Set out exactly every line of the entries below, starting at the line that holds "v 155 185 50" and stopping after the line that holds "f 125 32 31".

** INFORMATION GIVEN follows **

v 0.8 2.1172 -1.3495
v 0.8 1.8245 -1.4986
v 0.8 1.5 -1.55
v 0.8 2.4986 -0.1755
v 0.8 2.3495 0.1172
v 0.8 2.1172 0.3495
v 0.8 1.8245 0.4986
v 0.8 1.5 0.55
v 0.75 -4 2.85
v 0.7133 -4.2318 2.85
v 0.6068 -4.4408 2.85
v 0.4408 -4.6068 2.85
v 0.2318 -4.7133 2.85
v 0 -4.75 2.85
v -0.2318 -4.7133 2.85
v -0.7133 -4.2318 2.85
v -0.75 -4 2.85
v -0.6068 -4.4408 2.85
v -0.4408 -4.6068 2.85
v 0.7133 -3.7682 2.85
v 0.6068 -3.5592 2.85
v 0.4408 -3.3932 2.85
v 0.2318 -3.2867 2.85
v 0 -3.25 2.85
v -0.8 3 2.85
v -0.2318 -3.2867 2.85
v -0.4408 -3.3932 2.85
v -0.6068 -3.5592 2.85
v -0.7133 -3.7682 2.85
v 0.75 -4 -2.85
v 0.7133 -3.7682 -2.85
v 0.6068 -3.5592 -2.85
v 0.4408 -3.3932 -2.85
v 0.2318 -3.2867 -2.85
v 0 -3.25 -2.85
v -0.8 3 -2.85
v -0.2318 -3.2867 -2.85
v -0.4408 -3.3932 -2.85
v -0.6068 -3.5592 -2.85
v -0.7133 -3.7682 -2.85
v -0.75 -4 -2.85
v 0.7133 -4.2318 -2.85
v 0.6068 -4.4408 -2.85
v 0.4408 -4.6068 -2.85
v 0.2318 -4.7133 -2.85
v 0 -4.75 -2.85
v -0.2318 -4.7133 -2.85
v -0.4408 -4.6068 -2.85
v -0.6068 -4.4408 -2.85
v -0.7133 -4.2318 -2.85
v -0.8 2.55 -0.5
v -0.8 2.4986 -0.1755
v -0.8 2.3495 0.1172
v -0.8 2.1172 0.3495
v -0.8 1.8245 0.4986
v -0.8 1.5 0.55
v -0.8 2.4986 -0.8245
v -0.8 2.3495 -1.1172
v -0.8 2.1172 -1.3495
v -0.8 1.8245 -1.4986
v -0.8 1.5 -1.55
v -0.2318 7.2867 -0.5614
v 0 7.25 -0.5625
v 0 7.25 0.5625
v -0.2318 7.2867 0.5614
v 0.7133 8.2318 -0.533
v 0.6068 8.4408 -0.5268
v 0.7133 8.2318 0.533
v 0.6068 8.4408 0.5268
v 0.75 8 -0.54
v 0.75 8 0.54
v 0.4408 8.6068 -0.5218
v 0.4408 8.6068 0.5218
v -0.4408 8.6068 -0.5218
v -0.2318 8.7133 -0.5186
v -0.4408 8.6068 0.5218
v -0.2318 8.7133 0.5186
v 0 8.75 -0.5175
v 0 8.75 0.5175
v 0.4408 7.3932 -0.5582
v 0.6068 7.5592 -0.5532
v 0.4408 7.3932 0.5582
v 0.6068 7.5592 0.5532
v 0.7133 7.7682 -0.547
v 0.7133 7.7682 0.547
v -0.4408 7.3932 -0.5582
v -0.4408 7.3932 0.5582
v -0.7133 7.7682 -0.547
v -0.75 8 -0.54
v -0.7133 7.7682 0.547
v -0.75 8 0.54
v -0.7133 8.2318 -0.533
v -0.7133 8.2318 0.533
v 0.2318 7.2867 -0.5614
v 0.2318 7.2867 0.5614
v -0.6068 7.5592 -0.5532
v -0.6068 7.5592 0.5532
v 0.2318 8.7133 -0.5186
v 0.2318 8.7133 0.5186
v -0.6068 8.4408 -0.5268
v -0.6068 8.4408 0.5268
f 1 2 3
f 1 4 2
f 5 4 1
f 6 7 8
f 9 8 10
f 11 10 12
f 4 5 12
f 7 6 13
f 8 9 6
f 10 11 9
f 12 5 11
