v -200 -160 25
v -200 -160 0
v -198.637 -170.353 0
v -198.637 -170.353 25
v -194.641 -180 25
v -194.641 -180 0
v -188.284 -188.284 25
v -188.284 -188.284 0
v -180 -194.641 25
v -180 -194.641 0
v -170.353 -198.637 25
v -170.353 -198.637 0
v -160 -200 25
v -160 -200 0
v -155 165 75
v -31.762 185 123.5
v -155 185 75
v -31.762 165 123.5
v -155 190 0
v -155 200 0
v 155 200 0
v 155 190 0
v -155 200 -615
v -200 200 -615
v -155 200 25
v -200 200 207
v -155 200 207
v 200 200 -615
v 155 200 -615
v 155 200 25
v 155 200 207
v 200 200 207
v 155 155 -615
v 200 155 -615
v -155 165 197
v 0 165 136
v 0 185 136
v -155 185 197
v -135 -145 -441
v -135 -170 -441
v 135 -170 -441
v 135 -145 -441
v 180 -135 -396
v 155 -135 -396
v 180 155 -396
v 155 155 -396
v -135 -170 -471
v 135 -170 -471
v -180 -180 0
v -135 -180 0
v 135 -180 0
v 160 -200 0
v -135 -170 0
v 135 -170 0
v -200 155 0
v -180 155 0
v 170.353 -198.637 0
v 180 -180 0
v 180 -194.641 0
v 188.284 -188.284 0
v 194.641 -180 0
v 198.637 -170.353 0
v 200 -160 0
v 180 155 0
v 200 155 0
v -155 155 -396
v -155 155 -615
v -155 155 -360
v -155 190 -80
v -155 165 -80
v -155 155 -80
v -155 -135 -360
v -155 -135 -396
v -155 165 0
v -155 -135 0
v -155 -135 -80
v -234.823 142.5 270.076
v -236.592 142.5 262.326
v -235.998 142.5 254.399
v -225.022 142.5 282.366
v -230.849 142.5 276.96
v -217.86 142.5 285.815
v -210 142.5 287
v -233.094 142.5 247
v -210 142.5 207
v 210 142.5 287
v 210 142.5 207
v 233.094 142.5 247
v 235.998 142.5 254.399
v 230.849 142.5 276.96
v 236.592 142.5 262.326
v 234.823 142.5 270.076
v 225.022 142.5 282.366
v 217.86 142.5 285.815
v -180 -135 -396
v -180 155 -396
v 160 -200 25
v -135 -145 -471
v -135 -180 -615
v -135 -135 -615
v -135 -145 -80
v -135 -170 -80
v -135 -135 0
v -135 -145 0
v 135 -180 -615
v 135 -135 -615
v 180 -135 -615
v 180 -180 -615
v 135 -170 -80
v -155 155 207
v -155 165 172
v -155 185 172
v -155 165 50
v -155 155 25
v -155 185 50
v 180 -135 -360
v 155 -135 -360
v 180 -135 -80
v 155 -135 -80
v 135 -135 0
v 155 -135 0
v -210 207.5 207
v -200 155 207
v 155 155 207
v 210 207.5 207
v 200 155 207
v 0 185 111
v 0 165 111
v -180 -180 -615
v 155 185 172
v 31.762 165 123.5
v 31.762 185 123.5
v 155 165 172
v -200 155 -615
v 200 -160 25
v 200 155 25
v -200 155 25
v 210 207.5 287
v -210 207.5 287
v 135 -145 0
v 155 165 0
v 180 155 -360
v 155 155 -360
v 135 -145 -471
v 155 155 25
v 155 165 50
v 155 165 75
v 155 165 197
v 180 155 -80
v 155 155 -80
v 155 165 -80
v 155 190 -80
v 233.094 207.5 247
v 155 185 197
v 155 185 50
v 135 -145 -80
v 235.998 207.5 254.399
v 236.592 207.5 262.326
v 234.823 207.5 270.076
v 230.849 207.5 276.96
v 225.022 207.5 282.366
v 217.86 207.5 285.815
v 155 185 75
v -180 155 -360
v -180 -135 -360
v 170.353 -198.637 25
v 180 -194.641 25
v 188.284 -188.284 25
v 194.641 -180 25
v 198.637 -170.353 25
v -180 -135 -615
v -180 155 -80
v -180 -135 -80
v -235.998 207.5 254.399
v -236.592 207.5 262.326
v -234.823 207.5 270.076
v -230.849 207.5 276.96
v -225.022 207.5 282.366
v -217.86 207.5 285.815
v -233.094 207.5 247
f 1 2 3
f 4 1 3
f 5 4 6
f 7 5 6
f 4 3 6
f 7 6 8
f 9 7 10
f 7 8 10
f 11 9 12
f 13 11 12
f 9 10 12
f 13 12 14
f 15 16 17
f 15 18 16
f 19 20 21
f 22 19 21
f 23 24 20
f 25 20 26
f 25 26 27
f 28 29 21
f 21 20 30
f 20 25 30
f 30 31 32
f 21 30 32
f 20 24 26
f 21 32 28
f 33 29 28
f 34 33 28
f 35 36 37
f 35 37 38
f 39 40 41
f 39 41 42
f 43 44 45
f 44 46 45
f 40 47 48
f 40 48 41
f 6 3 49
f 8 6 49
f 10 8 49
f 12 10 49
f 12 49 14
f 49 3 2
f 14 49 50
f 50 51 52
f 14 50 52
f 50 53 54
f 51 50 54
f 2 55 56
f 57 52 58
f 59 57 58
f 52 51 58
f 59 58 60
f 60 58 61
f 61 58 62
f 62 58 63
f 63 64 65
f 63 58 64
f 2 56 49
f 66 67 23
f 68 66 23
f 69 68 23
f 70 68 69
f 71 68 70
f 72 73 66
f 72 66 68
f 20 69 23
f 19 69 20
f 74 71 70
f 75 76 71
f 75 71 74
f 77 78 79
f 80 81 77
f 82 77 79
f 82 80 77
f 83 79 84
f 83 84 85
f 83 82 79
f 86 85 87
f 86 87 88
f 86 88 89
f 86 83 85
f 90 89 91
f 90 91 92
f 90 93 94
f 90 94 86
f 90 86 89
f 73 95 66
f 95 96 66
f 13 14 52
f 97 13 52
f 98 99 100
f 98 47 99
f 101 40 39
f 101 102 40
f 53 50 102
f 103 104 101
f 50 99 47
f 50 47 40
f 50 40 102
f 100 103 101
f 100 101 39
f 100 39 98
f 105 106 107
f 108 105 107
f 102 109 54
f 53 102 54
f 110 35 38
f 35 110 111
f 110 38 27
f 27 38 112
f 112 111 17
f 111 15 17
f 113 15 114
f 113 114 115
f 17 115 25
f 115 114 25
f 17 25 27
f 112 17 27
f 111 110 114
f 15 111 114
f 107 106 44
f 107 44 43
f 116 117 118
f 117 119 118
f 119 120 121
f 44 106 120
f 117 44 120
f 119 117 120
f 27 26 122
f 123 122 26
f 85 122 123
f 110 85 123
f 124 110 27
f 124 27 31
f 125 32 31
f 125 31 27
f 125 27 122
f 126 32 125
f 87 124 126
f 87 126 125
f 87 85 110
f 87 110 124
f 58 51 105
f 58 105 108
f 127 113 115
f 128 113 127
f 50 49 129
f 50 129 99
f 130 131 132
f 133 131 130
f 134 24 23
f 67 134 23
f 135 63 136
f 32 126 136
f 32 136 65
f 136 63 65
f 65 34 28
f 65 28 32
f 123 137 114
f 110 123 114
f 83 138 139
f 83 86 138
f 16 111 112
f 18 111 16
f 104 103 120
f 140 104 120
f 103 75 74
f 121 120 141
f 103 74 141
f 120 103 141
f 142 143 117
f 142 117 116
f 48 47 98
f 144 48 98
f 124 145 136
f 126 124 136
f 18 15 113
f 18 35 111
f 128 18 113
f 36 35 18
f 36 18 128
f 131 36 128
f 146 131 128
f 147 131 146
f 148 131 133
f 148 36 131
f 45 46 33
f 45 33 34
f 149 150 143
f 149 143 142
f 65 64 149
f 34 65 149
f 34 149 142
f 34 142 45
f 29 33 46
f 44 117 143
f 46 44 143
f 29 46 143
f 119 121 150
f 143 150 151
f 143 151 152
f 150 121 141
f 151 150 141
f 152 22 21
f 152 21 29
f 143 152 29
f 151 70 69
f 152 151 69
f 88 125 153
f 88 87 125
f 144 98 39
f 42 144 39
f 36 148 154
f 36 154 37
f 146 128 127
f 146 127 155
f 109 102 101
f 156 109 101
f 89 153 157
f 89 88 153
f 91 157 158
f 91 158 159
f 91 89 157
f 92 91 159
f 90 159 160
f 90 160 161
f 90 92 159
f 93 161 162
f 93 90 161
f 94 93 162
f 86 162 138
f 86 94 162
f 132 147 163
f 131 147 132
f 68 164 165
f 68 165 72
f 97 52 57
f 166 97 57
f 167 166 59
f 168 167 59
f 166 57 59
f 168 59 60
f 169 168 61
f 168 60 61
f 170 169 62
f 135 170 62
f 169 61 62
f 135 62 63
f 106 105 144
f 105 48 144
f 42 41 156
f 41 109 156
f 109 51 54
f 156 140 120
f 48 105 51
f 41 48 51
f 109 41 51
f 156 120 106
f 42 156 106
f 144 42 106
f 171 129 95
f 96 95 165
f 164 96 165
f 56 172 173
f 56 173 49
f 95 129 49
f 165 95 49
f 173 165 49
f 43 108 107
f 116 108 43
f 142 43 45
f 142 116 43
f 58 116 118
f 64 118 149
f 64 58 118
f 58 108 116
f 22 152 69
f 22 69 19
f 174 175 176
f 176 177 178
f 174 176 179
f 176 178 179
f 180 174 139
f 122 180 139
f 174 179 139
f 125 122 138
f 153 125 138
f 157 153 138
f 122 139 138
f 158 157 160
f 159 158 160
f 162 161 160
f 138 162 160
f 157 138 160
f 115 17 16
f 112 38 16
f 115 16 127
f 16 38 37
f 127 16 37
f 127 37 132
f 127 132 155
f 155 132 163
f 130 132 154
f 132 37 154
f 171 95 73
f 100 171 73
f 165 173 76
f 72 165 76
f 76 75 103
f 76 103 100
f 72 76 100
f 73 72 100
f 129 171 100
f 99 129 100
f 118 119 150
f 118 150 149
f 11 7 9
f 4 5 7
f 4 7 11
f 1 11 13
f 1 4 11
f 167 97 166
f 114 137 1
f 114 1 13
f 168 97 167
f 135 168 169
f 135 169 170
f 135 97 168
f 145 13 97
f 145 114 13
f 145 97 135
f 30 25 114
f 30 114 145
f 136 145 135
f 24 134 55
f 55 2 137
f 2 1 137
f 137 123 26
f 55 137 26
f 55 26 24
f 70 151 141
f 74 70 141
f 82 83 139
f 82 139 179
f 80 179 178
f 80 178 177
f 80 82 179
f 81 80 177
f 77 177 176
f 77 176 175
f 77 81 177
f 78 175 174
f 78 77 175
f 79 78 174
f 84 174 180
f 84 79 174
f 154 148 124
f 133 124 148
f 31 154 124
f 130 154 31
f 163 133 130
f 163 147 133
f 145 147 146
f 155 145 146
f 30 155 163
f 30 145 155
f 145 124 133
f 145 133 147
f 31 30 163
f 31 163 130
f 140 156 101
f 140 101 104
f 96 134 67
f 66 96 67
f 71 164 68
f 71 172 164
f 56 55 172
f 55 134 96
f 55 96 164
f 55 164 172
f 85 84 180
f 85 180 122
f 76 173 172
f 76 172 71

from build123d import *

# Parameters (mm, degrees)
F1_DEPTH      = 25
F2_W          = 45
F2_H          = 45
F3_DEPTH      = 615
F4_W          = 45
F4_H          = 45
F5_DEPTH      = 287
F5_DEPTH_BACK = 615
F6_W          = 25
F6_H          = 80
F6_H_2        = 36
F7_DEPTH      = 135
F7_DEPTH_BACK = 155
F8_W          = 25
F8_H          = 80
F8_H_2        = 30
F9_DEPTH      = 155
F9_DEPTH_BACK = 155
F12_DEPTH     = 32.5
F14_DEPTH     = 10


with BuildPart() as f1:
    # F0 (on Top) → F1 (new body)
    with BuildSketch(Plane.XY):
        with BuildLine():
            Line((155, 200), (-155, 200))
            Line((-155, 200), (-155, 155))
            Line((-155, 155), (-200, 155))
            Line((-200, 155), (-200, -160))
            ThreePointArc((-200, -160), (-188.2842712475, -188.2842712475), (-160, -200))
            Line((-160, -200), (160, -200))
            ThreePointArc((160, -200), (188.2842712475, -188.2842712475), (200, -160))
            Line((200, -160), (200, 155))
            Line((200, 155), (155, 155))
            Line((155, 155), (155, 200))
        make_face()
    extrude(amount=F1_DEPTH)

    # F2 (on Top) → F3 (join)
    with BuildSketch(Plane.XY):
        with Locations((157.5, -157.5)):
            Rectangle(F2_W, F2_H)
        with Locations((-157.5, -157.5)):
            Rectangle(F2_W, F2_H)
    extrude(amount=-F3_DEPTH)

    # F4 (on Top) → F5 (join, two sides)
    with BuildSketch(Plane.XY) as f5_sk:
        with Locations((-177.5, 177.5)):
            Rectangle(F4_W, F4_H)
        with Locations((177.5, 177.5)):
            Rectangle(F4_W, F4_H)
    extrude(amount=F5_DEPTH)
    extrude(f5_sk.sketch, amount=-F5_DEPTH_BACK)

    # F6 (on Front) → F7 (join, two sides)
    with BuildSketch(Plane.XZ) as f7_sk:
        with Locations((-167.5, -40)):
            Rectangle(F6_W, F6_H)
        with Locations((167.5, -40)):
            Rectangle(F6_W, F6_H)
        with Locations((-167.5, -378)):
            Rectangle(F6_W, F6_H_2)
        with Locations((167.5, -378)):
            Rectangle(F6_W, F6_H_2)
    extrude(amount=F7_DEPTH)
    extrude(f7_sk.sketch, amount=-F7_DEPTH_BACK)

    # F8 (on Right) → F9 (join, two sides)
    with BuildSketch(Plane.YZ) as f9_sk:
        with Locations((-157.5, -40)):
            Rectangle(F8_W, F8_H)
        with Locations((177.5, -40)):
            Rectangle(F8_W, F8_H)
        with Locations((-157.5, -456)):
            Rectangle(F8_W, F8_H_2)
    extrude(amount=F9_DEPTH)
    extrude(f9_sk.sketch, amount=-F9_DEPTH_BACK)

    # F11 (on offset) → F12 (join, symmetric)
    with BuildSketch(Plane.XZ.offset(-175)):
        with BuildLine():
            Line((210, 287), (-210, 287))
            ThreePointArc((-210, 287), (-233.0940107676, 273.6666666667), (-233.0940107676, 247))
            Line((-233.0940107676, 247), (-210, 207))
            Line((-210, 207), (210, 207))
            Line((210, 207), (233.0940107676, 247))
            ThreePointArc((233.0940107676, 247), (233.0940107676, 273.6666666667), (210, 287))
        make_face()
    extrude(amount=F12_DEPTH, both=True)

    # F13 (on offset) → F14 (join, symmetric)
    with BuildSketch(Plane.XZ.offset(-175)):
        Polygon((-155, 75), (-155, 50), (0, 111), (-31.762295082, 123.5), align=None)
        Polygon((-31.762295082, 123.5), (0, 111), (31.762295082, 123.5), (0, 136), align=None)
        Polygon((31.762295082, 123.5), (0, 111), (155, 50), (155, 75), align=None)
        Polygon((0, 136), (31.762295082, 123.5), (155, 172), (155, 197), align=None)
        Polygon((-155, 172), (-31.762295082, 123.5), (0, 136), (-155, 197), align=None)
    extrude(amount=F14_DEPTH, both=True)


solid = f1.part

** End of INFORMATION GIVEN **

• [COMPLETED TASK]
v 155 185 50
v 135 -145 -80
v 235.998 207.5 254.399
v 236.592 207.5 262.326
v 234.823 207.5 270.076
v 230.849 207.5 276.96
v 225.022 207.5 282.366
v 217.86 207.5 285.815
v 155 185 75
v -180 155 -360
v -180 -135 -360
v 170.353 -198.637 25
v 180 -194.641 25
v 188.284 -188.284 25
v 194.641 -180 25
v 198.637 -170.353 25
v -180 -135 -615
v -180 155 -80
v -180 -135 -80
v -235.998 207.5 254.399
v -236.592 207.5 262.326
v -234.823 207.5 270.076
v -230.849 207.5 276.96
v -225.022 207.5 282.366
v -217.86 207.5 285.815
v -233.094 207.5 247
f 1 2 3
f 4 1 3
f 5 4 6
f 7 5 6
f 4 3 6
f 7 6 8
f 9 7 10
f 7 8 10
f 11 9 12
f 13 11 12
f 9 10 12
f 13 12 14
f 15 16 17
f 15 18 16
f 19 20 21
f 22 19 21
f 23 24 20
f 25 20 26
f 25 26 27
f 28 29 21
f 21 20 30
f 20 25 30
f 30 31 32
f 21 30 32
f 20 24 26
f 21 32 28
f 33 29 28
f 34 33 28
f 35 36 37
f 35 37 38
f 39 40 41
f 39 41 42
f 43 44 45
f 44 46 45
f 40 47 48
f 40 48 41
f 6 3 49
f 8 6 49
f 10 8 49
f 12 10 49
f 12 49 14
f 49 3 2
f 14 49 50
f 50 51 52
f 14 50 52
f 50 53 54
f 51 50 54
f 2 55 56
f 57 52 58
f 59 57 58
f 52 51 58
f 59 58 60
f 60 58 61
f 61 58 62
f 62 58 63
f 63 64 65
f 63 58 64
f 2 56 49
f 66 67 23
f 68 66 23
f 69 68 23
f 70 68 69
f 71 68 70
f 72 73 66
f 72 66 68
f 20 69 23
f 19 69 20
f 74 71 70
f 75 76 71
f 75 71 74
f 77 78 79
f 80 81 77
f 82 77 79
f 82 80 77
f 83 79 84
f 83 84 85
f 83 82 79
f 86 85 87
f 86 87 88
f 86 88 89
f 86 83 85
f 90 89 91
f 90 91 92
f 90 93 94
f 90 94 86
f 90 86 89
f 73 95 66
f 95 96 66
f 13 14 52
f 97 13 52
f 98 99 100
f 98 47 99
f 101 40 39
f 101 102 40
f 53 50 102
f 103 104 101
f 50 99 47
f 50 47 40
f 50 40 102
f 100 103 101
f 100 101 39
f 100 39 98
f 105 106 107
f 108 105 107
f 102 109 54
f 53 102 54
f 110 35 38
f 35 110 111
f 110 38 27
f 27 38 112
f 112 111 17
f 111 15 17
f 113 15 114
f 113 114 115
f 17 115 25
f 115 114 25
f 17 25 27
f 112 17 27
f 111 110 114
f 15 111 114
f 107 106 44
f 107 44 43
f 116 117 118
f 117 119 118
f 119 120 121
f 44 106 120
f 117 44 120
f 119 117 120
f 27 26 122
f 123 122 26
f 85 122 123
f 110 85 123
f 124 110 27
f 124 27 31
f 125 32 31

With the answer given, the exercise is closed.